• TO DO
From the data that follows, print exactly the lines starting at the one containing "#24=CARTESIAN_POINT('',(-51.007999,21.335334,0.));" and ending at the one containing "#39=EDGE_LOOP('',(#21,#29,#34,#38));"; include both of them and nothing more.

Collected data
━━━━━━
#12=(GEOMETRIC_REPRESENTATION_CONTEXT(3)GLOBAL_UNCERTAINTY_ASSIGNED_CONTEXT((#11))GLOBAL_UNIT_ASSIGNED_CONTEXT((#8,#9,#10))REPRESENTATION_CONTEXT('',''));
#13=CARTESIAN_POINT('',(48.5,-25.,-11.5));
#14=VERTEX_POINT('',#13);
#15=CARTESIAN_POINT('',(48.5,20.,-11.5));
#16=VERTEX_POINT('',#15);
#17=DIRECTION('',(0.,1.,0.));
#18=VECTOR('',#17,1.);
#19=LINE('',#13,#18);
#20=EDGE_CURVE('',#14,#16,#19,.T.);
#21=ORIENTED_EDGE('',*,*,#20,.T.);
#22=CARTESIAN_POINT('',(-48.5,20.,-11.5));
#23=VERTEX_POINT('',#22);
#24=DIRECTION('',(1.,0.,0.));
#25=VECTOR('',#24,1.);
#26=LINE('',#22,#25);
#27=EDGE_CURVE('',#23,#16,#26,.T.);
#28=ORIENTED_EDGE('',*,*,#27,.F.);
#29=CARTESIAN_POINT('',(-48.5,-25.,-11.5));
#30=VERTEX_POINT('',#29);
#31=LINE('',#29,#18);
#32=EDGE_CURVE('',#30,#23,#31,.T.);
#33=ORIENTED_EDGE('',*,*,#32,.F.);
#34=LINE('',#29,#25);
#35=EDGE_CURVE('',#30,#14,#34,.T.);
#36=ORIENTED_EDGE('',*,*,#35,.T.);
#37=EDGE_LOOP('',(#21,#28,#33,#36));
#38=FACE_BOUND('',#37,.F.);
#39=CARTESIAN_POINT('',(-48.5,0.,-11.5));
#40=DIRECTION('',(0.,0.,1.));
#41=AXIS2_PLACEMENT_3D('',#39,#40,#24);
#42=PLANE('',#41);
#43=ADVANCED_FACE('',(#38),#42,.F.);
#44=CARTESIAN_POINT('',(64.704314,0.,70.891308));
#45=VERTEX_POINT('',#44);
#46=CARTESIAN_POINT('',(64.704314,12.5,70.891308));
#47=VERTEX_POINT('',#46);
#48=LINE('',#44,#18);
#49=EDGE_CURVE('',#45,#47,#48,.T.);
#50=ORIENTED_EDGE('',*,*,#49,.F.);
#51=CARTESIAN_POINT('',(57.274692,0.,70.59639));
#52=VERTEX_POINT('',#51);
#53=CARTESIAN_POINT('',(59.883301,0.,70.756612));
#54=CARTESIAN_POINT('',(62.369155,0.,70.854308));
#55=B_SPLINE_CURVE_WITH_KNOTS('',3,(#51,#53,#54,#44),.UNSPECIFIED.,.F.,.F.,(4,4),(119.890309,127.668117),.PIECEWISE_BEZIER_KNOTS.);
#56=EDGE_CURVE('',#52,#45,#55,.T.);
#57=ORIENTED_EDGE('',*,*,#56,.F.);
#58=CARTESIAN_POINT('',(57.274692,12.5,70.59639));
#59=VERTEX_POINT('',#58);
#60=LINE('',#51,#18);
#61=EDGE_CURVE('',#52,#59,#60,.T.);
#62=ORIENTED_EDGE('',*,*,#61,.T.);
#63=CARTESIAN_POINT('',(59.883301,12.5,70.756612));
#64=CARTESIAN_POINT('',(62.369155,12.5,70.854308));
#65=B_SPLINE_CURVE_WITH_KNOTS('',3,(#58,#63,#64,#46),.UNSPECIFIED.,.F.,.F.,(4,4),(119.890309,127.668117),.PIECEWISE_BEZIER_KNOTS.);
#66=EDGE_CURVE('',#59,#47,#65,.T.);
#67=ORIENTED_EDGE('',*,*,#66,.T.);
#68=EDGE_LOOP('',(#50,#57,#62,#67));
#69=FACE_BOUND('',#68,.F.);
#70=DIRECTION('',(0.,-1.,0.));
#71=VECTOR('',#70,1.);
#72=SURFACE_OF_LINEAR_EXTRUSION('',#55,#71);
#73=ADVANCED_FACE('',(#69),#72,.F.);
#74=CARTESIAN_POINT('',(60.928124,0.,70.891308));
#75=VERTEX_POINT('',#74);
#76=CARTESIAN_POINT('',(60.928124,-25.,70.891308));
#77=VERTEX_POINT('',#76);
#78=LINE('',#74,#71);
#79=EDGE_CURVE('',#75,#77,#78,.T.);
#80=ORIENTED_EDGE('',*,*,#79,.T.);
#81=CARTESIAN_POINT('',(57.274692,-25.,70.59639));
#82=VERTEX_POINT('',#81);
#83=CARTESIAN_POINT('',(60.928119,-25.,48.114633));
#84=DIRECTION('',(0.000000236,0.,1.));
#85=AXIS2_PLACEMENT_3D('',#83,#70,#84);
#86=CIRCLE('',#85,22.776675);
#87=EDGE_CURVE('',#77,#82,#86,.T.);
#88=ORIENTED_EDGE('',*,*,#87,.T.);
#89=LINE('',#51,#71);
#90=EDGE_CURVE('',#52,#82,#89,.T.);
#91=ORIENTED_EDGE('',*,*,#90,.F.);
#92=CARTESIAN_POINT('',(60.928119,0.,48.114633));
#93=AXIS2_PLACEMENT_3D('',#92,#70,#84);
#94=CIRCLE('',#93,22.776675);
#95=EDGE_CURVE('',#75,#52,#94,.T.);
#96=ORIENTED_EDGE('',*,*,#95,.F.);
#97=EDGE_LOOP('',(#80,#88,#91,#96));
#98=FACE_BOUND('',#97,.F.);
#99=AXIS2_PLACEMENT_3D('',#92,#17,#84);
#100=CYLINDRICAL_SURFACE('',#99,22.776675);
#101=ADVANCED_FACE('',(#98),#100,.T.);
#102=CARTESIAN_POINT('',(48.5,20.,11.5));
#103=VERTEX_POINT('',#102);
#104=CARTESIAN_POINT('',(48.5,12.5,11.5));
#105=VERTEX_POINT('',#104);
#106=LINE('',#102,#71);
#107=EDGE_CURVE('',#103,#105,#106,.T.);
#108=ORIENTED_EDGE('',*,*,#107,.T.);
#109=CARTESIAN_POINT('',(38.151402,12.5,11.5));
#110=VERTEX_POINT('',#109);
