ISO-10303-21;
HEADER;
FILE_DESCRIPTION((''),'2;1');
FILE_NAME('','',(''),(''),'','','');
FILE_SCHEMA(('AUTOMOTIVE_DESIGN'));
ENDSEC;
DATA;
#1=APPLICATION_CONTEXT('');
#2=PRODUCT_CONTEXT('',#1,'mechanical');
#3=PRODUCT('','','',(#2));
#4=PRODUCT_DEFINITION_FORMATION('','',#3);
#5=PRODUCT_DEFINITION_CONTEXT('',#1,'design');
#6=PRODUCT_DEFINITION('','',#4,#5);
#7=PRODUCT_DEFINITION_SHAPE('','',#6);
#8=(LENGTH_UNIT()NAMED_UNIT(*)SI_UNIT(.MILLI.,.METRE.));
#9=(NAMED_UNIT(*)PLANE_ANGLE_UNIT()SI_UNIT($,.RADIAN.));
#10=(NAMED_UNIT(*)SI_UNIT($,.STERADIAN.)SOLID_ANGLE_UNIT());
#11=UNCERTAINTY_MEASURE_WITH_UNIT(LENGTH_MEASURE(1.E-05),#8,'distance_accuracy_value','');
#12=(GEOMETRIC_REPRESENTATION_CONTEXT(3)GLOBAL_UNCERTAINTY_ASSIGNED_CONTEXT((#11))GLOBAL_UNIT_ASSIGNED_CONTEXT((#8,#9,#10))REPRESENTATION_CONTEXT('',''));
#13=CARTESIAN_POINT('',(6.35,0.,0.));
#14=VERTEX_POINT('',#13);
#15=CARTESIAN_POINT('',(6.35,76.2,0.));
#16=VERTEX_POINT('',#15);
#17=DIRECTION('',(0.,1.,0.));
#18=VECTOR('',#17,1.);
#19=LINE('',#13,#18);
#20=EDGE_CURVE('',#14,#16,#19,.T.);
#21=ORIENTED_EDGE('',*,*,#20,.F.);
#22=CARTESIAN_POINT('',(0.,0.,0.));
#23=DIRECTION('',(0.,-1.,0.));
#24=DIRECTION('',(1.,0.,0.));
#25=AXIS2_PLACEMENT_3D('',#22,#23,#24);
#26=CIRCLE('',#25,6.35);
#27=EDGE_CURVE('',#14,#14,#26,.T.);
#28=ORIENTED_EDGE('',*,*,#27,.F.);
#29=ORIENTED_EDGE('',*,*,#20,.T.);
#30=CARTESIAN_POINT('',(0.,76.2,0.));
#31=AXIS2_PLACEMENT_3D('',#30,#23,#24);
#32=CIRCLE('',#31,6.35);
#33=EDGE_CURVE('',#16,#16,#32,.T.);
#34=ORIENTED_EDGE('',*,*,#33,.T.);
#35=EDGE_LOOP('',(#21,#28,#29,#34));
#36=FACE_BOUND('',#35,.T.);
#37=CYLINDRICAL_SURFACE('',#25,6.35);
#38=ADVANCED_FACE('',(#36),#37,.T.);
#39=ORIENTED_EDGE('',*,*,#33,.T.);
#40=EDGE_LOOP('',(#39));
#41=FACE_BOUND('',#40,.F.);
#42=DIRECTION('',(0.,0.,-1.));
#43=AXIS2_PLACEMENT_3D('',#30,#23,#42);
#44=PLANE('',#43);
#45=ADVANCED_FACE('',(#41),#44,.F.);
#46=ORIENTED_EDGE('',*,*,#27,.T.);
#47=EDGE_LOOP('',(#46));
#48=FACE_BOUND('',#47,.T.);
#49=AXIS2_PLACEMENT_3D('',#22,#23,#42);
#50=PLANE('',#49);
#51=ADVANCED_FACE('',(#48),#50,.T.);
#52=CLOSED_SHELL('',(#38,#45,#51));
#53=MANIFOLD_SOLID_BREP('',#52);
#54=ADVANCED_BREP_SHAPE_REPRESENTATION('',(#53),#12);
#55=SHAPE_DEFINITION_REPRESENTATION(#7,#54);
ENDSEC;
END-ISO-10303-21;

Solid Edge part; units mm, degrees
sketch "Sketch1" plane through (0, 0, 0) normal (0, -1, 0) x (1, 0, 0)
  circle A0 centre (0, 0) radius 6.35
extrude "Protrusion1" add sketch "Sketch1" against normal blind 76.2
━━━━━━
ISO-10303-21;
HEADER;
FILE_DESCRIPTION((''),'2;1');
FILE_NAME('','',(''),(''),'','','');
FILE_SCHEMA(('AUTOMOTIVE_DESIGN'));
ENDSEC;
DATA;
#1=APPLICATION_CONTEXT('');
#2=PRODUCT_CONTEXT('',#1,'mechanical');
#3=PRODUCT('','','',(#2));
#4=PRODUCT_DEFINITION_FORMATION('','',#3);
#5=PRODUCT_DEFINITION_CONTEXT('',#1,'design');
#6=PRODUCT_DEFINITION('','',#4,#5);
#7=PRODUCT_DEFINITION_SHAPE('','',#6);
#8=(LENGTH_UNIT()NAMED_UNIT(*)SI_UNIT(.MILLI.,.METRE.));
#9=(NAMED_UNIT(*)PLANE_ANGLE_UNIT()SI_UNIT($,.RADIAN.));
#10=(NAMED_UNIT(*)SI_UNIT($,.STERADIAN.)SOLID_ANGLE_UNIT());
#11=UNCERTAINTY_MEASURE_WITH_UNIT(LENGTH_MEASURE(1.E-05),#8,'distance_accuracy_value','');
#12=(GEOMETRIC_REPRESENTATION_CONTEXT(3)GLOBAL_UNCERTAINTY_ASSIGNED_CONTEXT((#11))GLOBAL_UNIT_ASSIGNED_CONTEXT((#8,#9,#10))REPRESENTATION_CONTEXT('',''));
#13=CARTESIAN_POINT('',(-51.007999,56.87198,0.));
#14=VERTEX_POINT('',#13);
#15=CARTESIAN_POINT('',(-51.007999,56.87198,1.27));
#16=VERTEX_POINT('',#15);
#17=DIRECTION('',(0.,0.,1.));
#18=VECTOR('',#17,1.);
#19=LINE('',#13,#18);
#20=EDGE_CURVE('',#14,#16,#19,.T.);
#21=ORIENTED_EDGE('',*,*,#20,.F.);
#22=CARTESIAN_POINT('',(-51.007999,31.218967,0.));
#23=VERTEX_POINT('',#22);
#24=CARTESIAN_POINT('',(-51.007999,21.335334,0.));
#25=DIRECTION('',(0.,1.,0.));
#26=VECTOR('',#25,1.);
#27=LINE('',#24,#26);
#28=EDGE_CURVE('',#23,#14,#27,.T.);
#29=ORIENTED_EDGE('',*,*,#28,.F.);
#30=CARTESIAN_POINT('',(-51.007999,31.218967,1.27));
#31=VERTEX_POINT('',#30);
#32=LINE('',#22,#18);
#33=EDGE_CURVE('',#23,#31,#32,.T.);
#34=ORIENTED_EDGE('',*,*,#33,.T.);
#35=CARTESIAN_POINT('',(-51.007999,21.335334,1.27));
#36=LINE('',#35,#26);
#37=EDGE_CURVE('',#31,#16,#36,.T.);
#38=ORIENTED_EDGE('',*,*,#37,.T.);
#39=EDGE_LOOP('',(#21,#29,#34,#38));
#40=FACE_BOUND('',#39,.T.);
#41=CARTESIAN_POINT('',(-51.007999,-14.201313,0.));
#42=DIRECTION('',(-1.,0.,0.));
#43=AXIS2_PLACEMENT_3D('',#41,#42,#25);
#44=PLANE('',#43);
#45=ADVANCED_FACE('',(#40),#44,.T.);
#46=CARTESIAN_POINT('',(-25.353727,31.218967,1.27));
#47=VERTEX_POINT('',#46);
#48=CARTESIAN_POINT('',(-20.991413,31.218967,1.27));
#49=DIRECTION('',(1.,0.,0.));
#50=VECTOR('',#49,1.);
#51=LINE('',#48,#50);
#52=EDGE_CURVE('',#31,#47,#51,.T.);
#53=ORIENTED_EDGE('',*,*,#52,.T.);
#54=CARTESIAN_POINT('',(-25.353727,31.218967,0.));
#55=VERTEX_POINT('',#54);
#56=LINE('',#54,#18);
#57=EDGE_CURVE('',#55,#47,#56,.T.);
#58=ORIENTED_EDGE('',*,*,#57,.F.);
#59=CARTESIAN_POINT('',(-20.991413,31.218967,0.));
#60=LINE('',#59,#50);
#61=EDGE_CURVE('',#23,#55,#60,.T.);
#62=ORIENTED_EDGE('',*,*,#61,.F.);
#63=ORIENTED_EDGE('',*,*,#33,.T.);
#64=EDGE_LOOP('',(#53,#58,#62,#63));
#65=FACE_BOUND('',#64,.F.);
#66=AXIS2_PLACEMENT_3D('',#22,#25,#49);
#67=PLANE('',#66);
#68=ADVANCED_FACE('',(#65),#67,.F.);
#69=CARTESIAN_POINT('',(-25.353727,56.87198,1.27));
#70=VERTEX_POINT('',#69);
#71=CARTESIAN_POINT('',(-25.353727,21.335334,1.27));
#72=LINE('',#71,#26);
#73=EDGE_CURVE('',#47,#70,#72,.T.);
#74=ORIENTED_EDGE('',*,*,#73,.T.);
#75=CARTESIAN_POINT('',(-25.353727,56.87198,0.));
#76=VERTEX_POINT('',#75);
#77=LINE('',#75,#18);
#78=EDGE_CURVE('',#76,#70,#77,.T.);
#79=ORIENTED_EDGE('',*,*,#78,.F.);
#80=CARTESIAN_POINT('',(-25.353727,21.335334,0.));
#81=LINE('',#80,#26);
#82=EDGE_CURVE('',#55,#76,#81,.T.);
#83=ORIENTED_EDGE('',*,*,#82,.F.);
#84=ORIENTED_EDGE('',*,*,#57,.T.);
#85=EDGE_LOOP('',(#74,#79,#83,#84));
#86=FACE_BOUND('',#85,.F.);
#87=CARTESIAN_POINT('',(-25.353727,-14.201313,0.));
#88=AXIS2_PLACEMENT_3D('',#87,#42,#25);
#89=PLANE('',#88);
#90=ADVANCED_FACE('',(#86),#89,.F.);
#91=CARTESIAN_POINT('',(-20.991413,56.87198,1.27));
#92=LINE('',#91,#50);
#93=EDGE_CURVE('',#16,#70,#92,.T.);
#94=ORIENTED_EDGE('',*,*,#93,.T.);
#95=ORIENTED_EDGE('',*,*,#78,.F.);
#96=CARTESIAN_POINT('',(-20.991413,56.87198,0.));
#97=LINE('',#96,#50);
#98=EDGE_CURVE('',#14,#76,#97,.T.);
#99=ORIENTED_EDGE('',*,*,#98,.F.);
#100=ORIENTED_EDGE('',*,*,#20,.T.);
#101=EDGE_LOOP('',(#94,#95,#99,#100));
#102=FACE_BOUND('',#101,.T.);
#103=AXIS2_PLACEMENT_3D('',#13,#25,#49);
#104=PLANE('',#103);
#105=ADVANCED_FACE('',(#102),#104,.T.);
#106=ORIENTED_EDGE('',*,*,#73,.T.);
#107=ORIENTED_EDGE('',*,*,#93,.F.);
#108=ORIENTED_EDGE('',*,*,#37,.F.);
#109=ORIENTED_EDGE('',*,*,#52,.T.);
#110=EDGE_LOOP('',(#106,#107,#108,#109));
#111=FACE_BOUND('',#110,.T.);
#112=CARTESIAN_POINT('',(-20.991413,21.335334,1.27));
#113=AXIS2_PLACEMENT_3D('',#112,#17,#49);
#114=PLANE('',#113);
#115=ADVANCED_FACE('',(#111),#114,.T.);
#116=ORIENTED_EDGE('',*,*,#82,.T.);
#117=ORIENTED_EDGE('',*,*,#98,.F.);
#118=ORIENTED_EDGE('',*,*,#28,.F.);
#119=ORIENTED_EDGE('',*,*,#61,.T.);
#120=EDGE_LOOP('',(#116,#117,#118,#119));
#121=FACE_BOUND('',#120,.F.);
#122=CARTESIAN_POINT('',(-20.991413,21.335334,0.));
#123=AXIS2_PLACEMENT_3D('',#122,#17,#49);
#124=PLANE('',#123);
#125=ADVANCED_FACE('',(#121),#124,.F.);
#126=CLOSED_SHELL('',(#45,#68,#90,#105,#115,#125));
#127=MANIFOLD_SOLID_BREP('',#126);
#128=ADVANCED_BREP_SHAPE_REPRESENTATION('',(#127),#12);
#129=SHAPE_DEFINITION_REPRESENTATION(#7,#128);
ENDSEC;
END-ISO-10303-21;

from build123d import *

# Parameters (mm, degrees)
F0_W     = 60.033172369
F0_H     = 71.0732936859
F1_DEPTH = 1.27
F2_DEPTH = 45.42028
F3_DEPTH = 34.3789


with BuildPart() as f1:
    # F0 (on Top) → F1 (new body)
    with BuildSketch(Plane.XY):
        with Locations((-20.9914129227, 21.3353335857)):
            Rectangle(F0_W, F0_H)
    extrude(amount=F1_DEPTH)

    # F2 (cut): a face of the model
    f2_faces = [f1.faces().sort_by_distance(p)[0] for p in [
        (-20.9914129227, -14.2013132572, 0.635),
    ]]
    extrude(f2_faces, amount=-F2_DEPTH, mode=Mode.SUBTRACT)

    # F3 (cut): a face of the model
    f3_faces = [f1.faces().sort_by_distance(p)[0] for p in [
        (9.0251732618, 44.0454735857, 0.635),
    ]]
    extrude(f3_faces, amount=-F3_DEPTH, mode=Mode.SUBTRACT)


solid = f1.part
━━━━━━
• FINISHED TASK
#24=CARTESIAN_POINT('',(-51.007999,21.335334,0.));
#25=DIRECTION('',(0.,1.,0.));
#26=VECTOR('',#25,1.);
#27=LINE('',#24,#26);
#28=EDGE_CURVE('',#23,#14,#27,.T.);
#29=ORIENTED_EDGE('',*,*,#28,.F.);
#30=CARTESIAN_POINT('',(-51.007999,31.218967,1.27));
#31=VERTEX_POINT('',#30);
#32=LINE('',#22,#18);
#33=EDGE_CURVE('',#23,#31,#32,.T.);
#34=ORIENTED_EDGE('',*,*,#33,.T.);
#35=CARTESIAN_POINT('',(-51.007999,21.335334,1.27));
#36=LINE('',#35,#26);
#37=EDGE_CURVE('',#31,#16,#36,.T.);
#38=ORIENTED_EDGE('',*,*,#37,.T.);
#39=EDGE_LOOP('',(#21,#29,#34,#38));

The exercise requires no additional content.